Task brief: Exactly the lines starting at the line containing "v 74.477 49.685 -12.192" and ending at the line containing "v 22.897 66.003 -177.292" are to be written out from the listing below, both included.
#### Available data
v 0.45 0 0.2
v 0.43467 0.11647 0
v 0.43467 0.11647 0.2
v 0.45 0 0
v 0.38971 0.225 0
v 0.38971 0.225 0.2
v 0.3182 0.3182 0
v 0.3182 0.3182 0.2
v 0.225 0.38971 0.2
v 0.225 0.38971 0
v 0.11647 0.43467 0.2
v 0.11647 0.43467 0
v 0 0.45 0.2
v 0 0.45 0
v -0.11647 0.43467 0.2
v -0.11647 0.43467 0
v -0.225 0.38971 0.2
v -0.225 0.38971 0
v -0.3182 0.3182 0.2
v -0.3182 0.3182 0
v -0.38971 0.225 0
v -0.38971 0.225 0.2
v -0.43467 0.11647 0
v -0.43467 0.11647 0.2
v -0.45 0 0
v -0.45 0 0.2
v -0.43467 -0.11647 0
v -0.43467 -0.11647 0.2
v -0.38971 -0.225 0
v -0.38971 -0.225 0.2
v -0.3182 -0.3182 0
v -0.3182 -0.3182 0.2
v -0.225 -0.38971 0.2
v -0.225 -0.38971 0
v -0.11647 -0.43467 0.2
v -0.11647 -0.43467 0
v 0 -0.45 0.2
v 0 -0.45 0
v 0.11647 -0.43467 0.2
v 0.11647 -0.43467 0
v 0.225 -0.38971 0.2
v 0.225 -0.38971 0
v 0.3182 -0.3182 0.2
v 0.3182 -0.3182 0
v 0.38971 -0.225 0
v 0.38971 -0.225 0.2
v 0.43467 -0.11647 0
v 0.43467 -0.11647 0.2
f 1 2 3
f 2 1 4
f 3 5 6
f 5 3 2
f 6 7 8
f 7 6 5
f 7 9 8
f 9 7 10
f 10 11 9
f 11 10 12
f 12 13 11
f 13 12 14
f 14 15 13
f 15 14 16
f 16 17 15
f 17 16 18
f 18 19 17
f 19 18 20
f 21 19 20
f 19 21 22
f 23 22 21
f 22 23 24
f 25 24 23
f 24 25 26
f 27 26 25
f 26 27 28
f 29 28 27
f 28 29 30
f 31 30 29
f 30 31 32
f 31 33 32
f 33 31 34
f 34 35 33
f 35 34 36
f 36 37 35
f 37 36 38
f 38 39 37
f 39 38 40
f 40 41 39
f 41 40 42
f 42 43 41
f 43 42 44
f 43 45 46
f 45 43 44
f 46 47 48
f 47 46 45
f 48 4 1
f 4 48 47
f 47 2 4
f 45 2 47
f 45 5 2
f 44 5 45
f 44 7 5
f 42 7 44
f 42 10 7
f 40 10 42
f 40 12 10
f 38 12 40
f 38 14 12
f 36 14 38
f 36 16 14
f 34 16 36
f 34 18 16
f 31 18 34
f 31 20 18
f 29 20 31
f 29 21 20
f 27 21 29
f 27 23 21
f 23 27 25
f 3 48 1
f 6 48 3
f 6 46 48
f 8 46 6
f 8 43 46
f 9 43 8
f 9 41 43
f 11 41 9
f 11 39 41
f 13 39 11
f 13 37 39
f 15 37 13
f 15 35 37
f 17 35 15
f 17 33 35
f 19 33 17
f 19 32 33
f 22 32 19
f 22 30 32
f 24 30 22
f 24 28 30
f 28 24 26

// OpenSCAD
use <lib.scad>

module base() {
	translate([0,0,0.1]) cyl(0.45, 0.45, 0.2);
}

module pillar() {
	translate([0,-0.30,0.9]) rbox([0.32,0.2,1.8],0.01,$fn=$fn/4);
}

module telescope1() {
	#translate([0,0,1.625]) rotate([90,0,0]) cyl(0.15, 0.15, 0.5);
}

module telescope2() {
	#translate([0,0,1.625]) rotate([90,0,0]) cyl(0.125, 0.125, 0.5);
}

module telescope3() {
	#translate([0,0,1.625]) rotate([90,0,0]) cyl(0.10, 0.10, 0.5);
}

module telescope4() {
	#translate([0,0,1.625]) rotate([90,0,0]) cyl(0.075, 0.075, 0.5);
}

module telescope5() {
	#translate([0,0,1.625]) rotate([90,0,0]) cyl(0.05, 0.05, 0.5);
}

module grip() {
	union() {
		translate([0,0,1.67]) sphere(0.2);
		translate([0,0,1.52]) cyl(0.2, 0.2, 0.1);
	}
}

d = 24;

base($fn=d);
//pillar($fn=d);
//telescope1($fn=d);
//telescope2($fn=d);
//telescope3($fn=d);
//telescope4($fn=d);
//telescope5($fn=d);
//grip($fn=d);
########
#### Available data
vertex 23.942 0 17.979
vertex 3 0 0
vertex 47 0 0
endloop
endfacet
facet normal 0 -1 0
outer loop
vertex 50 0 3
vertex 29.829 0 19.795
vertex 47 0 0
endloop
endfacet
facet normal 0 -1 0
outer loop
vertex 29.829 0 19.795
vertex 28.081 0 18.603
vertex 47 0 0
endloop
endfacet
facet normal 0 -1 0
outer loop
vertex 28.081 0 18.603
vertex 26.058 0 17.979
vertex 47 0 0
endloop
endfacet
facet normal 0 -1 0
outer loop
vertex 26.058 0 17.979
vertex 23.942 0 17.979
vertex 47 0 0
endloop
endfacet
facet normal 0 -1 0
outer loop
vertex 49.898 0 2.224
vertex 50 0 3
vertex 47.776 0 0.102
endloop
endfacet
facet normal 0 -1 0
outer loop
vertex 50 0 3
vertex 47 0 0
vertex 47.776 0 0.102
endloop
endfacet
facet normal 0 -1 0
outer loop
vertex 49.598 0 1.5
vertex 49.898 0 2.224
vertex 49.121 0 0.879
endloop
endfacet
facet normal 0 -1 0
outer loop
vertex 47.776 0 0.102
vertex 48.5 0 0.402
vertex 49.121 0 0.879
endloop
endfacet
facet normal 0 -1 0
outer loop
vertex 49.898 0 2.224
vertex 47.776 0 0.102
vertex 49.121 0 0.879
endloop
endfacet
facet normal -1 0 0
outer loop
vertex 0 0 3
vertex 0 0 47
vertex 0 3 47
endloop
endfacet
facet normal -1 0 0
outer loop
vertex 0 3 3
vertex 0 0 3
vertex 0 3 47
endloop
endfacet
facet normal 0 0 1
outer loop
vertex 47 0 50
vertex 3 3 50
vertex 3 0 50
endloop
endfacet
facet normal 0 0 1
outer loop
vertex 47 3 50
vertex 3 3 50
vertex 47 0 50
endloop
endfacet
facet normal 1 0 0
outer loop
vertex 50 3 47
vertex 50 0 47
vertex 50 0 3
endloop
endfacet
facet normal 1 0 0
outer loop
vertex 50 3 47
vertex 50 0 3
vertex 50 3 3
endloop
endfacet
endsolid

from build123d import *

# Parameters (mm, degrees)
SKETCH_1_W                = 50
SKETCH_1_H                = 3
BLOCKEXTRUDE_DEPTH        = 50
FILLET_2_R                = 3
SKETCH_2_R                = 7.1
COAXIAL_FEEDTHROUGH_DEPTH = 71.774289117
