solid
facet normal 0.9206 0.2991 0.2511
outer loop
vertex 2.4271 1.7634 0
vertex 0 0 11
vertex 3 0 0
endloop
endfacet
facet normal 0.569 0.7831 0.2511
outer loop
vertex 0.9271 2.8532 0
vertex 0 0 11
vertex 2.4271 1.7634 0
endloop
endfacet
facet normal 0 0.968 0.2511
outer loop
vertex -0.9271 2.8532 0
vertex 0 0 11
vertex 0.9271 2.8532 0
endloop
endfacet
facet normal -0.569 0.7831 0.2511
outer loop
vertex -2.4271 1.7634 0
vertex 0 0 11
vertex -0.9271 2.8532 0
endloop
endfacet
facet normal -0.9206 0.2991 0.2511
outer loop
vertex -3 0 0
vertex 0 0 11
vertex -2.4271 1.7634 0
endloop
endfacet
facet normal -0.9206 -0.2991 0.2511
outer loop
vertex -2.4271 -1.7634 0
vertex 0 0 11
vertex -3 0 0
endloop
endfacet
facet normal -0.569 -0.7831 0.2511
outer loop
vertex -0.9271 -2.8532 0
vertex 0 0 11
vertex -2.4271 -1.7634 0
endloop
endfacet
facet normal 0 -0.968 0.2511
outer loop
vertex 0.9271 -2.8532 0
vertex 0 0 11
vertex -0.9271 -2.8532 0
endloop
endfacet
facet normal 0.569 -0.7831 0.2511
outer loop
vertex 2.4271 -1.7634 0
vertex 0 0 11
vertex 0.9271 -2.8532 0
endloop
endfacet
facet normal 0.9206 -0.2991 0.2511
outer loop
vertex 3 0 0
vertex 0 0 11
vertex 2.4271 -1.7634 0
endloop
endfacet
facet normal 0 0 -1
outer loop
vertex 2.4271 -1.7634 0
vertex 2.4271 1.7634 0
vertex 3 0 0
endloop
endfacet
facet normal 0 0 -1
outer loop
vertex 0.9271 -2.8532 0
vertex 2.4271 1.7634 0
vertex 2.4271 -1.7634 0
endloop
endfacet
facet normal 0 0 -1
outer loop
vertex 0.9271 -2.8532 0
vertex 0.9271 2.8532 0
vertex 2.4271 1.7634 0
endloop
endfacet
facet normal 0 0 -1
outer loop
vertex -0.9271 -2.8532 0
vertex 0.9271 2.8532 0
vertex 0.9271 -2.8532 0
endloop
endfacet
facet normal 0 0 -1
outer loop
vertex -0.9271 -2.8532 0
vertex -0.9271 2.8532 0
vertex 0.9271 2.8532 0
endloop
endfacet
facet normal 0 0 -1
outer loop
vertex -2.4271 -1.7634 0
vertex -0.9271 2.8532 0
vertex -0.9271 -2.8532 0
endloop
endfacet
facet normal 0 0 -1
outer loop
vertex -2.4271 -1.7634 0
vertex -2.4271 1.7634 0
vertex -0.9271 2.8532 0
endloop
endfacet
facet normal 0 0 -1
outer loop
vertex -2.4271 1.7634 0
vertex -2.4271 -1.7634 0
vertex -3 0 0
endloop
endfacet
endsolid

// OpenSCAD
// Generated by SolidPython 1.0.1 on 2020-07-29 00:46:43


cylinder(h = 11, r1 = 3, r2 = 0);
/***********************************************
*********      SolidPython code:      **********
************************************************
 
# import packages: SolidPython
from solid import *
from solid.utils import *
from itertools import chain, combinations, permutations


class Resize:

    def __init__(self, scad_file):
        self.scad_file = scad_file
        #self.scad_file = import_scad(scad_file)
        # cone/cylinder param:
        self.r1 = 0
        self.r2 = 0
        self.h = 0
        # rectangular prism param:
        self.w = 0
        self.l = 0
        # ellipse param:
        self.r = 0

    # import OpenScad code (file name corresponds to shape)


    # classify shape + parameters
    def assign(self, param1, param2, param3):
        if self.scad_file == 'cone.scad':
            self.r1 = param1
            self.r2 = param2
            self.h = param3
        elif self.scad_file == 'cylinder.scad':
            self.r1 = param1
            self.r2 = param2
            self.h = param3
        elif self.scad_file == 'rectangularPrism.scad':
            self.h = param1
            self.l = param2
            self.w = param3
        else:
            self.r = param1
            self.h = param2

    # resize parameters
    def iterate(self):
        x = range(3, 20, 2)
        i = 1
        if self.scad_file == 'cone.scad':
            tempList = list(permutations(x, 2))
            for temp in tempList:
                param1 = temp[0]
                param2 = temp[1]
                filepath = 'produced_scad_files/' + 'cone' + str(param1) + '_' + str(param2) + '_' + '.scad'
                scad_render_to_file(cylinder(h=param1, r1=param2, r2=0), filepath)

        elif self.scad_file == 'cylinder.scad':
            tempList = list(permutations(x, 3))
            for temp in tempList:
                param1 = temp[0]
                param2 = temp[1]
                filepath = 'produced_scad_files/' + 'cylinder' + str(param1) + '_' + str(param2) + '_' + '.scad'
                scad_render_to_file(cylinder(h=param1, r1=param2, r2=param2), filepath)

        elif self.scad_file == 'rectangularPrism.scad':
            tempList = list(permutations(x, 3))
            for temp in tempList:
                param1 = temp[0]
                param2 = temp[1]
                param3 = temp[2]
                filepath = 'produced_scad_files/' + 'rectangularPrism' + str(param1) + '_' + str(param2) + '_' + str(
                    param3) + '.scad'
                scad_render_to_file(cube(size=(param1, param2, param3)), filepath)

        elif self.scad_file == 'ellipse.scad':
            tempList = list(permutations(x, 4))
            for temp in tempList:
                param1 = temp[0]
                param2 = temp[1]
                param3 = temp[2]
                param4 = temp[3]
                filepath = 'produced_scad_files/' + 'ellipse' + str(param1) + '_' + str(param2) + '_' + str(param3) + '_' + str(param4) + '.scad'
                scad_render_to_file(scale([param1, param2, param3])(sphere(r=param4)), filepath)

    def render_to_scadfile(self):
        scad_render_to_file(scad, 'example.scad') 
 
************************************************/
########
#### Available data
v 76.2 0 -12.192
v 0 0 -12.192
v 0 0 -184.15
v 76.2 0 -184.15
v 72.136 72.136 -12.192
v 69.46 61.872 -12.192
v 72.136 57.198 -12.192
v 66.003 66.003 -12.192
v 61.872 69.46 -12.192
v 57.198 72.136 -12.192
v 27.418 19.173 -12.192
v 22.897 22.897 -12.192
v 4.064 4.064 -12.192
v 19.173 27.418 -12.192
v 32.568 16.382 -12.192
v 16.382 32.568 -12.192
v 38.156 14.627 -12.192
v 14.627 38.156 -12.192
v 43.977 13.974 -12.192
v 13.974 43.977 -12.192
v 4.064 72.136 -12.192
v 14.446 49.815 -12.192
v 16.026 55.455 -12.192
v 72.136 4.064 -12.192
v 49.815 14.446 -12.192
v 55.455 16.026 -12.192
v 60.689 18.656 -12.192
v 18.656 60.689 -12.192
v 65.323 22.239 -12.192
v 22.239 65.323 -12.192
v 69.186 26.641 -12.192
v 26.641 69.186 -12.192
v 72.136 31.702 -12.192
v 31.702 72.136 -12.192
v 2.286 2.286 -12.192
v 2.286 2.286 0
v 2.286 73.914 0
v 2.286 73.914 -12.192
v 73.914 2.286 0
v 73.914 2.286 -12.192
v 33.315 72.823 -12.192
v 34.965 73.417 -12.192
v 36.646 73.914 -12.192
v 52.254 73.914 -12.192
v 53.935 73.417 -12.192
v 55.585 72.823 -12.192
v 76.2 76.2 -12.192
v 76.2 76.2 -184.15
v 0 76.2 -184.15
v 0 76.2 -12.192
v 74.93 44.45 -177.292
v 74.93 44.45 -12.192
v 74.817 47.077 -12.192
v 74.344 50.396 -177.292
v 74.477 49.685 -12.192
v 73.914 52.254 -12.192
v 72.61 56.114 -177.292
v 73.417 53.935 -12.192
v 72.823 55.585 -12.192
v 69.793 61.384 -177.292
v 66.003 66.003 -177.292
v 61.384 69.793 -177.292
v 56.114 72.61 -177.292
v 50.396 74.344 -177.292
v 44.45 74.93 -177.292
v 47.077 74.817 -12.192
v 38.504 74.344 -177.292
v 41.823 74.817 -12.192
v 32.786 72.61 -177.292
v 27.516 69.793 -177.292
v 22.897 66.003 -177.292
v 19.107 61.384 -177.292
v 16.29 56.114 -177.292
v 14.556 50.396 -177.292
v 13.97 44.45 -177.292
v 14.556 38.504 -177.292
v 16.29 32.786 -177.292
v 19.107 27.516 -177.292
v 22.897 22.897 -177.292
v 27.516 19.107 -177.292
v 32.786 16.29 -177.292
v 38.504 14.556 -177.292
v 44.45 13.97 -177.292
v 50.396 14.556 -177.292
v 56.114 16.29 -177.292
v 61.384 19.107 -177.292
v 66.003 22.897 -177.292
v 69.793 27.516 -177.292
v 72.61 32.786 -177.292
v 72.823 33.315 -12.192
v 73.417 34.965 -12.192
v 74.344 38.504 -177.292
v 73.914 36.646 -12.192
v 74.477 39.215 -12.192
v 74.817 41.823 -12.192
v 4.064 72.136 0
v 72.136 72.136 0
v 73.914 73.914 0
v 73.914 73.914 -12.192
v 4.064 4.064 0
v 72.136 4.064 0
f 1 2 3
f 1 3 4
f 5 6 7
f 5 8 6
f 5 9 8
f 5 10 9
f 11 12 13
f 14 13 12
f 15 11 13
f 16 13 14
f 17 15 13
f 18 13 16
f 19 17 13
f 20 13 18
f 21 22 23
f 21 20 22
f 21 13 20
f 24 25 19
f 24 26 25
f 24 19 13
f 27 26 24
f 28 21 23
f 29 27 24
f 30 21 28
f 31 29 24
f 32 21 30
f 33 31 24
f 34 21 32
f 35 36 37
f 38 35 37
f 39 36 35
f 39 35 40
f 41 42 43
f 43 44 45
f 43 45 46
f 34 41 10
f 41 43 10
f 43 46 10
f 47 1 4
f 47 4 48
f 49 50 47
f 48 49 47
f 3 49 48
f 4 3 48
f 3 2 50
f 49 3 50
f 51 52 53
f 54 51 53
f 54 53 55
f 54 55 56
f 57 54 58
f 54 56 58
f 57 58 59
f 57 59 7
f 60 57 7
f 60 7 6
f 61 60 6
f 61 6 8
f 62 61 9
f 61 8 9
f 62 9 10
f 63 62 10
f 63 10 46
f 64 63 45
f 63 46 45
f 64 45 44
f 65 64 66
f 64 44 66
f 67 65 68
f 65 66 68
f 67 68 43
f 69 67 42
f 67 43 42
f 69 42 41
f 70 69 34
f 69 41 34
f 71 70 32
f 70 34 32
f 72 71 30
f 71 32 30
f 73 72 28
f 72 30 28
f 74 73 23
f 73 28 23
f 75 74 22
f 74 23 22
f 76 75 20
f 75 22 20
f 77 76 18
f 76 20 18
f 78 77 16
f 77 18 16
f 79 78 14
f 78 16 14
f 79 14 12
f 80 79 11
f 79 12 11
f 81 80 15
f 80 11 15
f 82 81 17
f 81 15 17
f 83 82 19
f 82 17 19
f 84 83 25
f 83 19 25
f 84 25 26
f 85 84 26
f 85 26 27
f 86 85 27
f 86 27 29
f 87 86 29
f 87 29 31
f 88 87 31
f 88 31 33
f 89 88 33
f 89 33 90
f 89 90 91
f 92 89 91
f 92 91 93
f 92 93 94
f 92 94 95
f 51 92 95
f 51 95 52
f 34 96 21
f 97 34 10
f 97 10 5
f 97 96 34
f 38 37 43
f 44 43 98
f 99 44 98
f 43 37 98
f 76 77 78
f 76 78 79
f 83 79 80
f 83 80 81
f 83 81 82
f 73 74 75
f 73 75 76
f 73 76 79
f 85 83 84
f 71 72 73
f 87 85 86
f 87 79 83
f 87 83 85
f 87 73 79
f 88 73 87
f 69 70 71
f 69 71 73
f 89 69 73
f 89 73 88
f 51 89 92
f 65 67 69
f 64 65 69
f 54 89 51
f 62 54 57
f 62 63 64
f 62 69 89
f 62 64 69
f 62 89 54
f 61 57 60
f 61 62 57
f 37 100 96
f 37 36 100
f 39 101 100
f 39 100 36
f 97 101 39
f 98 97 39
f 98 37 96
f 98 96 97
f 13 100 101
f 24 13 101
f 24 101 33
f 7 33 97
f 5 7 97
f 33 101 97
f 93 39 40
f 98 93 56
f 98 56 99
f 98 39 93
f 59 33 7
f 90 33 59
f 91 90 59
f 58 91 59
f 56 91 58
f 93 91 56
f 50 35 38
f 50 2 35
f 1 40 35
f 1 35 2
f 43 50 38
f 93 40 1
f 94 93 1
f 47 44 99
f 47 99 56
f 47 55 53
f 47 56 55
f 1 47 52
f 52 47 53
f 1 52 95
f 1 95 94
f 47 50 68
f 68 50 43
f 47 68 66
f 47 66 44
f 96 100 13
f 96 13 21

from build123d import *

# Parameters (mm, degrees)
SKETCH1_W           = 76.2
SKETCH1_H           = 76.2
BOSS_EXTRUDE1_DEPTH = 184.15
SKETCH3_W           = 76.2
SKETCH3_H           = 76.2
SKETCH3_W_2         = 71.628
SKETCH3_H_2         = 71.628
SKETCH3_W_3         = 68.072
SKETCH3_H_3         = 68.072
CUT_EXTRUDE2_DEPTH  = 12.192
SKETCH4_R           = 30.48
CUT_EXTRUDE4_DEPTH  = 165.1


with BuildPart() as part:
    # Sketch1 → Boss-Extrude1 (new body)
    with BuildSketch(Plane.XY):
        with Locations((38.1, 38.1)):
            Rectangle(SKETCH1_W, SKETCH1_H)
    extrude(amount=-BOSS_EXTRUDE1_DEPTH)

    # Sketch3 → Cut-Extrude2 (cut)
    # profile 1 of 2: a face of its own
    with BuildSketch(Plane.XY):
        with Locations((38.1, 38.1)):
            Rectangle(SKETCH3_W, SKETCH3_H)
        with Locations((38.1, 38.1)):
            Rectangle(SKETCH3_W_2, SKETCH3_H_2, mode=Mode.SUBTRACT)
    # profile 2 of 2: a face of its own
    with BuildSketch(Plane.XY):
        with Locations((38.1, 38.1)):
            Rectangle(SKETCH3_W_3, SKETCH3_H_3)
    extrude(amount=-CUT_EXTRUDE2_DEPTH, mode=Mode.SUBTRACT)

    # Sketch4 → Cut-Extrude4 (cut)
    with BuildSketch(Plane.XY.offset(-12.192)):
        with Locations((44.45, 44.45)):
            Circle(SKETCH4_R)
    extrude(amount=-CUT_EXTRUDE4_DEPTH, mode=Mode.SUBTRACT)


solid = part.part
########
Task output:
v 74.477 49.685 -12.192
v 73.914 52.254 -12.192
v 72.61 56.114 -177.292
v 73.417 53.935 -12.192
v 72.823 55.585 -12.192
v 69.793 61.384 -177.292
v 66.003 66.003 -177.292
v 61.384 69.793 -177.292
v 56.114 72.61 -177.292
v 50.396 74.344 -177.292
v 44.45 74.93 -177.292
v 47.077 74.817 -12.192
v 38.504 74.344 -177.292
v 41.823 74.817 -12.192
v 32.786 72.61 -177.292
v 27.516 69.793 -177.292
v 22.897 66.003 -177.292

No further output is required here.